- Panorama of Ayanavaram near Vellala Street at Sunset
- Ayanavaram Ayanavaram (Chennai) Ayanavaram Ayanavaram (Tamil Nadu) Ayanavaram Ayanavaram (India)
- Coordinates: 13°05′55.0″N 80°14′01.3″E﻿ / ﻿13.098611°N 80.233694°E
- Country: India
- State: Tamil Nadu
- District: Chennai
- Metro: Chennai

Government
- • Body: Greater Chennai Corporation
- Elevation: 55 m (180 ft)

Languages
- • Official: Tamil
- Time zone: UTC+5:30 (IST)
- PIN: 600023
- Vehicle registration: TN-01
- Planning agency: CMDA
- Civic agency: Greater Chennai Corporation
- Website: www.chennai.tn.nic.in

= Ayanavaram =

Ayanpuram or Ayanavaram is a neighbourhood in Chennai, India. Konnur High Road (Ayanavaram road), one of the important connecting roads in Chennai runs through Ayanavaram.

==Etymology==
The neighbourhood was originally known as Ayanpuram, with Ayan meaning Brahma.

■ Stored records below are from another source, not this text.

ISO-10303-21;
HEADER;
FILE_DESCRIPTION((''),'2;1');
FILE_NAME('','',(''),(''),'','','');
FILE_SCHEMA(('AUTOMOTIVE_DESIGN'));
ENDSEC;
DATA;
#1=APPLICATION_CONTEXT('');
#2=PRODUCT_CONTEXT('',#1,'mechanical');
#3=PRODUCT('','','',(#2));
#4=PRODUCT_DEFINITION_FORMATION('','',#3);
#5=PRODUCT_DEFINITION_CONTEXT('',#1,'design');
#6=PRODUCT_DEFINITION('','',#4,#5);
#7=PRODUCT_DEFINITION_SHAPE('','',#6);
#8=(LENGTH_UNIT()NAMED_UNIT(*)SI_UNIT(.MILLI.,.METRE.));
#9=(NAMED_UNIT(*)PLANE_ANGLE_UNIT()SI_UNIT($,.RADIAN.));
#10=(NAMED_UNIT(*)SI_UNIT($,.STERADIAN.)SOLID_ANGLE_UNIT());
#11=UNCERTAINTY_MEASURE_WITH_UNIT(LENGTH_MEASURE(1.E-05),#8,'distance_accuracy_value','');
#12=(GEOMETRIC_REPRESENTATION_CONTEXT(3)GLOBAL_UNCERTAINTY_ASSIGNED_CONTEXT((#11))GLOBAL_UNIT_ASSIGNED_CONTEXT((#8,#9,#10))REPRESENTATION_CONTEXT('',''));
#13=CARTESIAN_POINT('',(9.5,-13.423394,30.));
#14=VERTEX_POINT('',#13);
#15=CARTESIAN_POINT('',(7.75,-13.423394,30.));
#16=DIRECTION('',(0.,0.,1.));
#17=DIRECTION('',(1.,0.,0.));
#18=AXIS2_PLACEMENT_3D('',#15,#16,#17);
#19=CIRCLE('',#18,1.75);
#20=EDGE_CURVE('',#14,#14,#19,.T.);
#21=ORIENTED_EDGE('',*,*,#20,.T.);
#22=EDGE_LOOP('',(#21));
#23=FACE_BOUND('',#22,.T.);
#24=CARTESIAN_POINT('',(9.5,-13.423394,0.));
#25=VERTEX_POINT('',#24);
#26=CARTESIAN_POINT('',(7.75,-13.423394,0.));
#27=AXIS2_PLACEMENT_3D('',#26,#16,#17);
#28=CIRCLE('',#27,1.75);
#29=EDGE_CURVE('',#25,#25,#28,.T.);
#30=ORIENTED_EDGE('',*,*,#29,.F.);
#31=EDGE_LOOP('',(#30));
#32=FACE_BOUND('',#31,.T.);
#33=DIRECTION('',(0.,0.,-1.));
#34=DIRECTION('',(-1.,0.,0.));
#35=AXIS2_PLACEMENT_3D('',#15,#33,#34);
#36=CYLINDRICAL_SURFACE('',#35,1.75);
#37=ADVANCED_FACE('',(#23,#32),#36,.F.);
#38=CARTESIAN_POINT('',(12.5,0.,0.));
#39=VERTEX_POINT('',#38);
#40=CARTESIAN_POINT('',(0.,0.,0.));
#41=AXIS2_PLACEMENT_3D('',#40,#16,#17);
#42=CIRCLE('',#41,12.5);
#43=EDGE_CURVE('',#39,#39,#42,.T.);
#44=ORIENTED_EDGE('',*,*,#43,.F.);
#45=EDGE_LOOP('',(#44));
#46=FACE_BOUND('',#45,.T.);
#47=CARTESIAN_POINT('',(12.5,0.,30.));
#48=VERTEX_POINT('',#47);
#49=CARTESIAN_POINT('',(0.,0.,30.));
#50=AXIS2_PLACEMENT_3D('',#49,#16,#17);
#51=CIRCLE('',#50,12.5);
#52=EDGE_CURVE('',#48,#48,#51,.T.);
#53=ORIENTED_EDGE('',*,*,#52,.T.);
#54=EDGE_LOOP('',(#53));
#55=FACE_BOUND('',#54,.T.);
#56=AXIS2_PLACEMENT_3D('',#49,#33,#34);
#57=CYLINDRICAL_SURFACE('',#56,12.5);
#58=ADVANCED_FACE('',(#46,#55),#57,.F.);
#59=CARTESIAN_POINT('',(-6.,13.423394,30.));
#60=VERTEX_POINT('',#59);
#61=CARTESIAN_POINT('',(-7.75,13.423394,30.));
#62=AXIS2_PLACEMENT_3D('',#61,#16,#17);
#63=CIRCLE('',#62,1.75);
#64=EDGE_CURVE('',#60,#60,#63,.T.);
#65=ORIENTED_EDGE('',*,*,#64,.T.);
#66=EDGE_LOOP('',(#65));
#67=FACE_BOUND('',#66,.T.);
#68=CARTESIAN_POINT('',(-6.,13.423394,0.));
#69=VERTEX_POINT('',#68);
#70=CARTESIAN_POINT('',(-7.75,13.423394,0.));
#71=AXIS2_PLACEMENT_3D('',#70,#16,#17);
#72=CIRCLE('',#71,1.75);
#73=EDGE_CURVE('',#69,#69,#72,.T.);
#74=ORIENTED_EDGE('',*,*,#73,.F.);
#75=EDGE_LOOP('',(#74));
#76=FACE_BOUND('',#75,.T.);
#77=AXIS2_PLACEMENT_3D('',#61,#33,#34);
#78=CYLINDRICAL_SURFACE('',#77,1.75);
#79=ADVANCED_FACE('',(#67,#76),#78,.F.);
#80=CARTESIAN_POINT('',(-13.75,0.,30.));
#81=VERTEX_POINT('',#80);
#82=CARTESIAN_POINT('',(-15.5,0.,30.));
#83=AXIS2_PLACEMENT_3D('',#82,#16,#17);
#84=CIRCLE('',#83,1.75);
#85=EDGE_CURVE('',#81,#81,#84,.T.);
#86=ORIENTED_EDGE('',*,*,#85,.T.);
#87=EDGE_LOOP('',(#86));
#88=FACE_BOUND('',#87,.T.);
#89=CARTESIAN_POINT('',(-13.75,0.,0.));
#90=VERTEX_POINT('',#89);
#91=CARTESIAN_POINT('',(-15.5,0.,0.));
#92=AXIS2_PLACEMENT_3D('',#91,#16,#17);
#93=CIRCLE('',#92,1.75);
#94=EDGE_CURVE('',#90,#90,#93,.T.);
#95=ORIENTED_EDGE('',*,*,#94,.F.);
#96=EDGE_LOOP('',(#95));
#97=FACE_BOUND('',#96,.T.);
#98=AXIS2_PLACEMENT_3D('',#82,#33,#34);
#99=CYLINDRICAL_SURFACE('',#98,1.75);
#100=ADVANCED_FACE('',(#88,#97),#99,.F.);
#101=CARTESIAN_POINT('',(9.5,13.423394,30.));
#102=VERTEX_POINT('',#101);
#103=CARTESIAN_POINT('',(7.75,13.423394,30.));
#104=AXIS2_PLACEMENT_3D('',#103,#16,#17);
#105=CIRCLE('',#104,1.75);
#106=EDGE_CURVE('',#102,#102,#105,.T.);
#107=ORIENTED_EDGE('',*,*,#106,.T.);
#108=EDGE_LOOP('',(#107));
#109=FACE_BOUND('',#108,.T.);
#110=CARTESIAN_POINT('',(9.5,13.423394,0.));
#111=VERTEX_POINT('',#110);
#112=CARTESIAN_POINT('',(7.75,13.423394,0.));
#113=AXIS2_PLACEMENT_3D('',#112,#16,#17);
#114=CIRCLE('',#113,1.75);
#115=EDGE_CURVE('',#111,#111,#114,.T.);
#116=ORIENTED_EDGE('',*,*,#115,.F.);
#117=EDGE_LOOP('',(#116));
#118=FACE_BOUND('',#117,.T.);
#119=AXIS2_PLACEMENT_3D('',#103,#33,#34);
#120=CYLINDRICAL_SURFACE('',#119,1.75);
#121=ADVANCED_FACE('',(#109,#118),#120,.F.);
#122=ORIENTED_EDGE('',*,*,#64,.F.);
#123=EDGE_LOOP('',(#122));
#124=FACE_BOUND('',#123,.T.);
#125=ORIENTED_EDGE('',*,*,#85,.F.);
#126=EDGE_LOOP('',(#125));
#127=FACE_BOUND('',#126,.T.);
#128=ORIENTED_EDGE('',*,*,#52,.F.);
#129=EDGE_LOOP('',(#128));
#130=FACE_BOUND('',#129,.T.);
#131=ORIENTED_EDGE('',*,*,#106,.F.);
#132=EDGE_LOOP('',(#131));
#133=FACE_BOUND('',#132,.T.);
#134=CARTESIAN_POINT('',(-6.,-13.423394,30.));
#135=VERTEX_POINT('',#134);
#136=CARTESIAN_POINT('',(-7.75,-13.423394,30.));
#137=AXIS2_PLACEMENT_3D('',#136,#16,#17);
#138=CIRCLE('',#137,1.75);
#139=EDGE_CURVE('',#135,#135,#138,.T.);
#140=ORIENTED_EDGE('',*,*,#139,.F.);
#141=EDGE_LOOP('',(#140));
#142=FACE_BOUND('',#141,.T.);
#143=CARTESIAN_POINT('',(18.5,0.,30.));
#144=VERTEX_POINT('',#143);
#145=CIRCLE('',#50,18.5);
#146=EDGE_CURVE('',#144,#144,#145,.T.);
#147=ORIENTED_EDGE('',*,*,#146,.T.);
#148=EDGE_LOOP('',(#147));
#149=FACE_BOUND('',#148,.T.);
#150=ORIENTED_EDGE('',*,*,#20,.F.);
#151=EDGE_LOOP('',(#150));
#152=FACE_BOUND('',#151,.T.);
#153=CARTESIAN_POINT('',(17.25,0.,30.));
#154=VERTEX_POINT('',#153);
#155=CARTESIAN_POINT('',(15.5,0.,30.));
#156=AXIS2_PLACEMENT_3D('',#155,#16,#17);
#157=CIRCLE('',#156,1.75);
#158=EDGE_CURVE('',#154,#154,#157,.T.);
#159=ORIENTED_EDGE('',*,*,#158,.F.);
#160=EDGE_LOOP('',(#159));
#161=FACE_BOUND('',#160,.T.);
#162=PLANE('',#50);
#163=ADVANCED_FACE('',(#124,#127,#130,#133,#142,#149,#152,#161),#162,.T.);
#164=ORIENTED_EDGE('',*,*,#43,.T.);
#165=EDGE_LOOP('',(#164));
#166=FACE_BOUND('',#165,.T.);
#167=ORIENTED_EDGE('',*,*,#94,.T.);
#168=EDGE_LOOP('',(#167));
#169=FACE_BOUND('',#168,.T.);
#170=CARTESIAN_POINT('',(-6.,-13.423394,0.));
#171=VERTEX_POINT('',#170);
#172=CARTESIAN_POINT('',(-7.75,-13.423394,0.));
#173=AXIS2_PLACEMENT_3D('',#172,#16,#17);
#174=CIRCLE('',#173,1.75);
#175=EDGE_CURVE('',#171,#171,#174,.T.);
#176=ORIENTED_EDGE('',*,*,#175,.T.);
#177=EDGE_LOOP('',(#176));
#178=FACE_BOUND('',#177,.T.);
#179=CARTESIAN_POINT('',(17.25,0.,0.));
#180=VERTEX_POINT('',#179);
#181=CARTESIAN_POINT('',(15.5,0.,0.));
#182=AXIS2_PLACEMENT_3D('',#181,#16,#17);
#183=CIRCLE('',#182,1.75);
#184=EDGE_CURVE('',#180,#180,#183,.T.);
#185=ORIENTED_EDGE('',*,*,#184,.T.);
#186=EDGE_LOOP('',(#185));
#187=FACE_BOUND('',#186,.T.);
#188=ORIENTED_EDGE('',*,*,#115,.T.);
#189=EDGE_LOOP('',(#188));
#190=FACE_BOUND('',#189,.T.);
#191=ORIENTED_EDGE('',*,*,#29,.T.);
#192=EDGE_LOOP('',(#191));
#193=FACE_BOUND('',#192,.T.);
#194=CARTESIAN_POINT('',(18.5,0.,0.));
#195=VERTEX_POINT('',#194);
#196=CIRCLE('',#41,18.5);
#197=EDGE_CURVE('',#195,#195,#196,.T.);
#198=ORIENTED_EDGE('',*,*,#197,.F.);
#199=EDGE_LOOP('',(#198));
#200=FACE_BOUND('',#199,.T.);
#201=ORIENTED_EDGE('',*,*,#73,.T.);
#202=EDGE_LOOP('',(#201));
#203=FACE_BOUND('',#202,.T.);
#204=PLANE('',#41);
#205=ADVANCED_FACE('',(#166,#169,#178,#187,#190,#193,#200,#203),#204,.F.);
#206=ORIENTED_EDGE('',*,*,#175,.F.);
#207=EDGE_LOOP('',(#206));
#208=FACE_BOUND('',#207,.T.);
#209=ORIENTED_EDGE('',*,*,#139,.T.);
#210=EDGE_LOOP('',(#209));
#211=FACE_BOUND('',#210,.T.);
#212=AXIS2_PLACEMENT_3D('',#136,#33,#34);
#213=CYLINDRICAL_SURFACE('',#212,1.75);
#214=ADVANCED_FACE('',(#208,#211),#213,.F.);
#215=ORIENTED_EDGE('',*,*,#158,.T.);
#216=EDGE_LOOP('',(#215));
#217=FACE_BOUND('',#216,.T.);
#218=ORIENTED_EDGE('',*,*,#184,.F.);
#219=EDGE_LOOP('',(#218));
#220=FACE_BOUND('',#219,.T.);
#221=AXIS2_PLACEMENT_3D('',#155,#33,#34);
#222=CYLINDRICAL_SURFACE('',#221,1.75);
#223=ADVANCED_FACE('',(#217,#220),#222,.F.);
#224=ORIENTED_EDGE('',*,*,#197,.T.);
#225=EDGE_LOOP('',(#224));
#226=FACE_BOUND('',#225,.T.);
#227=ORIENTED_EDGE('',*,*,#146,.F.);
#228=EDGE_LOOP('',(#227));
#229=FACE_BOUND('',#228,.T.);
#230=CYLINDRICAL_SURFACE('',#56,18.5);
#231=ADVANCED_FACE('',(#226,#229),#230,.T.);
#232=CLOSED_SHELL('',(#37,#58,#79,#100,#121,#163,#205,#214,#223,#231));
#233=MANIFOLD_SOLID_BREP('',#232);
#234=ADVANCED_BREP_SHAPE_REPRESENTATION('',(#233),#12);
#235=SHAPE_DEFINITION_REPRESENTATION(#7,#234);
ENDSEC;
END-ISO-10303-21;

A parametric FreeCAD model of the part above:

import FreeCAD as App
import Part
import Sketcher
from FreeCAD import Vector
Q = App.Units.Quantity

doc = App.newDocument("Part")
body = doc.addObject("PartDesign::Body", "Body")

# Sketch on XY plane
sketch1 = doc.addObject("Sketcher::SketchObject", "Sketch")
body.addObject(sketch1)
sketch1.AttachmentSupport = (doc.XY_Plane, [""])
sketch1.MapMode = "FlatFace"
sketch1.addGeometry(Part.Circle(Vector(0, 0, 0), Vector(0, 0, 1), 18.5), False)
sketch1.addGeometry(Part.Circle(Vector(-7.8, -13.4, 0), Vector(0, 0, 1), 1.8), False)
sketch1.addGeometry(Part.Circle(Vector(7.8, -13.4, 0), Vector(0, 0, 1), 1.8), False)
sketch1.addGeometry(Part.Circle(Vector(-15.5, 0, 0), Vector(0, 0, 1), 1.8), False)
sketch1.addGeometry(Part.Circle(Vector(-7.8, 13.4, 0), Vector(0, 0, 1), 1.8), False)
sketch1.addGeometry(Part.Circle(Vector(0, 0, 0), Vector(0, 0, 1), 12.5), False)
sketch1.addGeometry(Part.Circle(Vector(15.5, 0, 0), Vector(0, 0, 1), 1.8), False)
sketch1.addGeometry(Part.Circle(Vector(7.8, 13.4, 0), Vector(0, 0, 1), 1.8), False)
sketch1.addConstraint(Sketcher.Constraint("Coincident", 0, 3, -1, 1))
sketch1.addConstraint(Sketcher.Constraint("Coincident", 5, 3, -1, 1))
sketch1.addConstraint(Sketcher.Constraint("Equal", 1, 2))
sketch1.addConstraint(Sketcher.Constraint("Equal", 2, 3))
sketch1.addConstraint(Sketcher.Constraint("Equal", 3, 4))
sketch1.addConstraint(Sketcher.Constraint("Equal", 4, 6))
sketch1.addConstraint(Sketcher.Constraint("Equal", 6, 7))
sketch1.addConstraint(Sketcher.Constraint("Symmetric", 2, 3, 4, 3, -1, 1))
sketch1.addConstraint(Sketcher.Constraint("Symmetric", 3, 3, 6, 3, -1, 1))
sketch1.addConstraint(Sketcher.Constraint("Symmetric", 1, 3, 7, 3, -1, 1))
sketch1.addConstraint(Sketcher.Constraint("Symmetric", 1, 3, 2, 3, -2))
sketch1.addConstraint(Sketcher.Constraint("PointOnObject", 3, 3, -1))
sketch1.addConstraint(Sketcher.Constraint("Diameter", 0, Q("37 mm")))
sketch1.addConstraint(Sketcher.Constraint("Diameter", 5, Q("25 mm")))
sketch1.addConstraint(Sketcher.Constraint("Diameter", 1, Q("3.5 mm")))
sketch1.addConstraint(Sketcher.Constraint("DistanceX", 3, 3, -1, 1, Q("15.5 mm")))
sketch1.addConstraint(Sketcher.Constraint("DistanceX", 1, 3, 2, 3, Q("15.5 mm")))
sketch1.addConstraint(Sketcher.Constraint("DistanceY", 1, 3, -1, 1, Q("13.423394 mm")))
pad1 = doc.addObject("PartDesign::Pad", "Pad")
body.addObject(pad1)
pad1.Profile = sketch1
pad1.Length = 30

doc.recompute()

When Lord Muruga admonished Brahma and took over creation, it is believed that Brahma prayed to Shiva here and got his action of creativity back. It is believed that Brahma worshipped Shiva at Parasurama Easwaran Koil. It is in recognition of that Ayanpuram is named. (It was also called Brahmapuri).

==Road transport==
Main roads that pass through the neighbourhood include Konnur High Road, Pilkington Road, Constable Road, Anderson Road, Loco Works Road, Carriage Works Road, Ayanavaram Road, Medavakkam Tank Road, and Phipps Road. The neighbourhood is served by the Ayanavaram bus depot. It a terminus which is attached with a depot for maintenance of buses.

==Rail transport==
The neighbourhood is served by Perambur, Perambur Carriage Works, Perambur Loco Works, and Villivakkam railway stations.

== Medical facility ==
There is a medical facility viz., ESIS Hospital in Ayanavaram.

==Jeeva Park==
The Jeeva park in United India colony in Ayanvavaram is with the statue of Sarvajña who was a sixteenth-century poet in the Kannada language. statue has been unveiled by the then Karnataka Chief Minister B. S. Yediyurappa in a ceremony that was presided over by the then Tamil Nadu Chief Minister, M. Karunanidhi. The statue is installed in the park in reciprocation of installing statue of Tiruvalluvar in Karnataka.

== Worship ==
Parasuramalingeswarar Temple, Kasiviswanathar Temple and Kariyamanikka Perumal Temple are situated in Ayanavaram. These three temples are maintained under the control of the Hindu Religious and Charitable Endowments Department of Government of Tamil Nadu.